The project Swiss Text Corpus is part of an international research project with the aim of recording and bringing online a balanced snapshot of standard German of the 20th century. For this purpose texts of every kind in German (newspaper articles, advertisements, forms, manuals, guidebooks, popular technical literature, literature for young people, light fiction, fiction etc.) are digitised. The Swiss sub-project Swiss Text Corpus contains texts in German written by Swiss authors in the 20th century. This digital collection is structured in analogy to the partner projects in Germany, Austria and Italy (using the same formal, time and content criteria). It is a balanced representation of standard German vocabulary in Switzerland and can serve as a base resource for specifically Swiss lexicographical needs.
The jointly developed digital text corpus (together with our partner projects in Germany, Austria and Italy) is called Korpus C4. Its planned size is 80 million words. Since April 2009 a first version of Korpus C4 has been online (http://www.korpus-c4.org). However it has not reached its full size yet. For the first time there is a balanced corpus for 20th century standard German that takes into account regional variation and can be used for different linguistic research questions.

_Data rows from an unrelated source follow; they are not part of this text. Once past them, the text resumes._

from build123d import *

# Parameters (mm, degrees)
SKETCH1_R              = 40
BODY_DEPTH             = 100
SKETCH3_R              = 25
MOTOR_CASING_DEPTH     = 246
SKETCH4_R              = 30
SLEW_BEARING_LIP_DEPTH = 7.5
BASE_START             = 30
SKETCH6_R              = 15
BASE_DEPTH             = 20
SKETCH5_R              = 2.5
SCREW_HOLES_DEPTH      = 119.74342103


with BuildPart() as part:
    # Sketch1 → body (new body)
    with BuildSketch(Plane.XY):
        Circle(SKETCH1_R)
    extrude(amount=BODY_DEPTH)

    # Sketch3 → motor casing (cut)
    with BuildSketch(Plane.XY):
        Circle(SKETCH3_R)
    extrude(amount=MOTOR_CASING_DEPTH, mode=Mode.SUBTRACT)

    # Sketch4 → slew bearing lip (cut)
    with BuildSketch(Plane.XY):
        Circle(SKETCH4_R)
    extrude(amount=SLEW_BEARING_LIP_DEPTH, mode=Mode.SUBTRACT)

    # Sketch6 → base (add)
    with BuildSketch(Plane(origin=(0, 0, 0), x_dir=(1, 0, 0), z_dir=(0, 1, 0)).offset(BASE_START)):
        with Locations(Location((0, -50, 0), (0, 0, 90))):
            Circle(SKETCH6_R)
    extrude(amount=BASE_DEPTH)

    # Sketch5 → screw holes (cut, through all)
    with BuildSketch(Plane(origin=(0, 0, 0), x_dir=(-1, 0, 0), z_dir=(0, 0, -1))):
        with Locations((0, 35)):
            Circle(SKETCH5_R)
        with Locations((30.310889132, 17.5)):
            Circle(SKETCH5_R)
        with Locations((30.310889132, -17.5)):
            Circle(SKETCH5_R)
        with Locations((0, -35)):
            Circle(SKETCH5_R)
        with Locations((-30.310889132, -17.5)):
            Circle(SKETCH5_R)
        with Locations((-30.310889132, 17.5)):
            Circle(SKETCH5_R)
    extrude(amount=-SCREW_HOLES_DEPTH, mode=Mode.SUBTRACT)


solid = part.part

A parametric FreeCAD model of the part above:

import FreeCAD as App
import Part
import Sketcher
from FreeCAD import Vector
Q = App.Units.Quantity

doc = App.newDocument("Part")
body = doc.addObject("PartDesign::Body", "Body")

sketch1 = body.newObject("Sketcher::SketchObject", "Sketch")
sketch1.AttachmentSupport = (doc.getObject("XY_Plane"), [""])
sketch1.MapMode = "FlatFace"
sketch1.addGeometry(Part.Circle(Vector(0, 0, 0), Vector(0, 0, 1), 40), False)
sketch1.addConstraint(Sketcher.Constraint("Coincident", 0, 3, -1, 1))
sketch1.addConstraint(Sketcher.Constraint("Diameter", 0, Q("80 mm")))
pad1 = body.newObject("PartDesign::Pad", "Pad")
pad1.Profile = sketch1
pad1.Length = 100

sketch2 = body.newObject("Sketcher::SketchObject", "Sketch001")
sketch2.AttachmentSupport = (doc.getObject("XY_Plane"), [""])
sketch2.MapMode = "FlatFace"
sketch2.addGeometry(Part.Circle(Vector(0, 0, 0), Vector(0, 0, 1), 25), False)
sketch2.addConstraint(Sketcher.Constraint("Coincident", 0, 3, -1, 1))
sketch2.addConstraint(Sketcher.Constraint("Diameter", 0, Q("50 mm")))
pocket1 = body.newObject("PartDesign::Pocket", "Pocket")
pocket1.Profile = sketch2
pocket1.Length = 246
pocket1.Reversed = True

sketch3 = body.newObject("Sketcher::SketchObject", "Sketch002")
sketch3.AttachmentSupport = (doc.getObject("XY_Plane"), [""])
sketch3.MapMode = "FlatFace"
sketch3.addGeometry(Part.Circle(Vector(0, 0, 0), Vector(0, 0, 1), 30), False)
sketch3.addConstraint(Sketcher.Constraint("Coincident", 0, 3, -1, 1))
sketch3.addConstraint(Sketcher.Constraint("Diameter", 0, Q("60 mm")))
pocket2 = body.newObject("PartDesign::Pocket", "Pocket001")
pocket2.Profile = sketch3
pocket2.Length = 7.5
pocket2.Reversed = True

sketch4 = body.newObject("Sketcher::SketchObject", "Sketch003")
sketch4.AttachmentSupport = (doc.getObject("XZ_Plane"), [""])
sketch4.MapMode = "FlatFace"
sketch4.AttachmentOffset = App.Placement(Vector(0, 0, -30), App.Rotation())
sketch4.addGeometry(Part.Circle(Vector(0, 50, 0), Vector(0, 0, 1), 15), False)
sketch4.addConstraint(Sketcher.Constraint("PointOnObject", 0, 3, -2))
sketch4.addConstraint(Sketcher.Constraint("Diameter", 0, Q("30 mm")))
sketch4.addConstraint(Sketcher.Constraint("DistanceY", -1, 1, 0, 3, Q("50 mm")))
pad2 = body.newObject("PartDesign::Pad", "Pad001")
pad2.Profile = sketch4
pad2.Length = 20
pad2.Reversed = True

sketch5 = body.newObject("Sketcher::SketchObject", "Sketch004")
sketch5.AttachmentSupport = (doc.getObject("XY_Plane"), [""])
sketch5.MapMode = "FlatFace"
sketch5.addGeometry(Part.Circle(Vector(0, 35, 0), Vector(0, 0, 1), 2.5), False)
sketch5.addGeometry(Part.Circle(Vector(-30.3, 17.5, 0), Vector(0, 0, 1), 2.5), False)
sketch5.addGeometry(Part.Circle(Vector(-30.3, -17.5, 0), Vector(0, 0, 1), 2.5), False)
sketch5.addGeometry(Part.Circle(Vector(0, -35, 0), Vector(0, 0, 1), 2.5), False)
sketch5.addGeometry(Part.Circle(Vector(30.3, -17.5, 0), Vector(0, 0, 1), 2.5), False)
sketch5.addGeometry(Part.Circle(Vector(30.3, 17.5, 0), Vector(0, 0, 1), 2.5), False)
sketch5.addConstraint(Sketcher.Constraint("Equal", 0, 1))
sketch5.addConstraint(Sketcher.Constraint("Equal", 1, 2))
sketch5.addConstraint(Sketcher.Constraint("Equal", 2, 3))
sketch5.addConstraint(Sketcher.Constraint("Equal", 3, 4))
sketch5.addConstraint(Sketcher.Constraint("Equal", 4, 5))
sketch5.addConstraint(Sketcher.Constraint("Symmetric", 0, 3, 3, 3, -1, 1))
sketch5.addConstraint(Sketcher.Constraint("Symmetric", 1, 3, 4, 3, -1, 1))
sketch5.addConstraint(Sketcher.Constraint("Symmetric", 2, 3, 5, 3, -1, 1))
sketch5.addConstraint(Sketcher.Constraint("Symmetric", 2, 3, 4, 3, -2))
sketch5.addConstraint(Sketcher.Constraint("PointOnObject", 0, 3, -2))
sketch5.addConstraint(Sketcher.Constraint("Diameter", 0, Q("5 mm")))
sketch5.addConstraint(Sketcher.Constraint("DistanceY", -1, 1, 0, 3, Q("35 mm")))
sketch5.addConstraint(Sketcher.Constraint("DistanceY", 2, 3, 1, 3, Q("35 mm")))
sketch5.addConstraint(Sketcher.Constraint("DistanceX", 1, 3, -1, 1, Q("30.310889 mm")))
pocket3 = body.newObject("PartDesign::Pocket", "Pocket002")
pocket3.Profile = sketch5
pocket3.Type = "ThroughAll"
pocket3.Reversed = True

doc.recompute()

The corpus is currently being expanded to include Standard Swiss German texts from the 21st century. By the end of 2018, it will encompass an additional 3.8 million text words for the 21st century and then be expanded on a regular basis.
The Swiss Text Corpus was built by a research group of the Deutsches Seminar of the University of Basel and was funded mainly by the Swiss National Science Foundation. Since 2014 it has been hosted by the Schweizerisches Idiotikon with financial support of the Swiss Academy of Humanities and Social Sciences.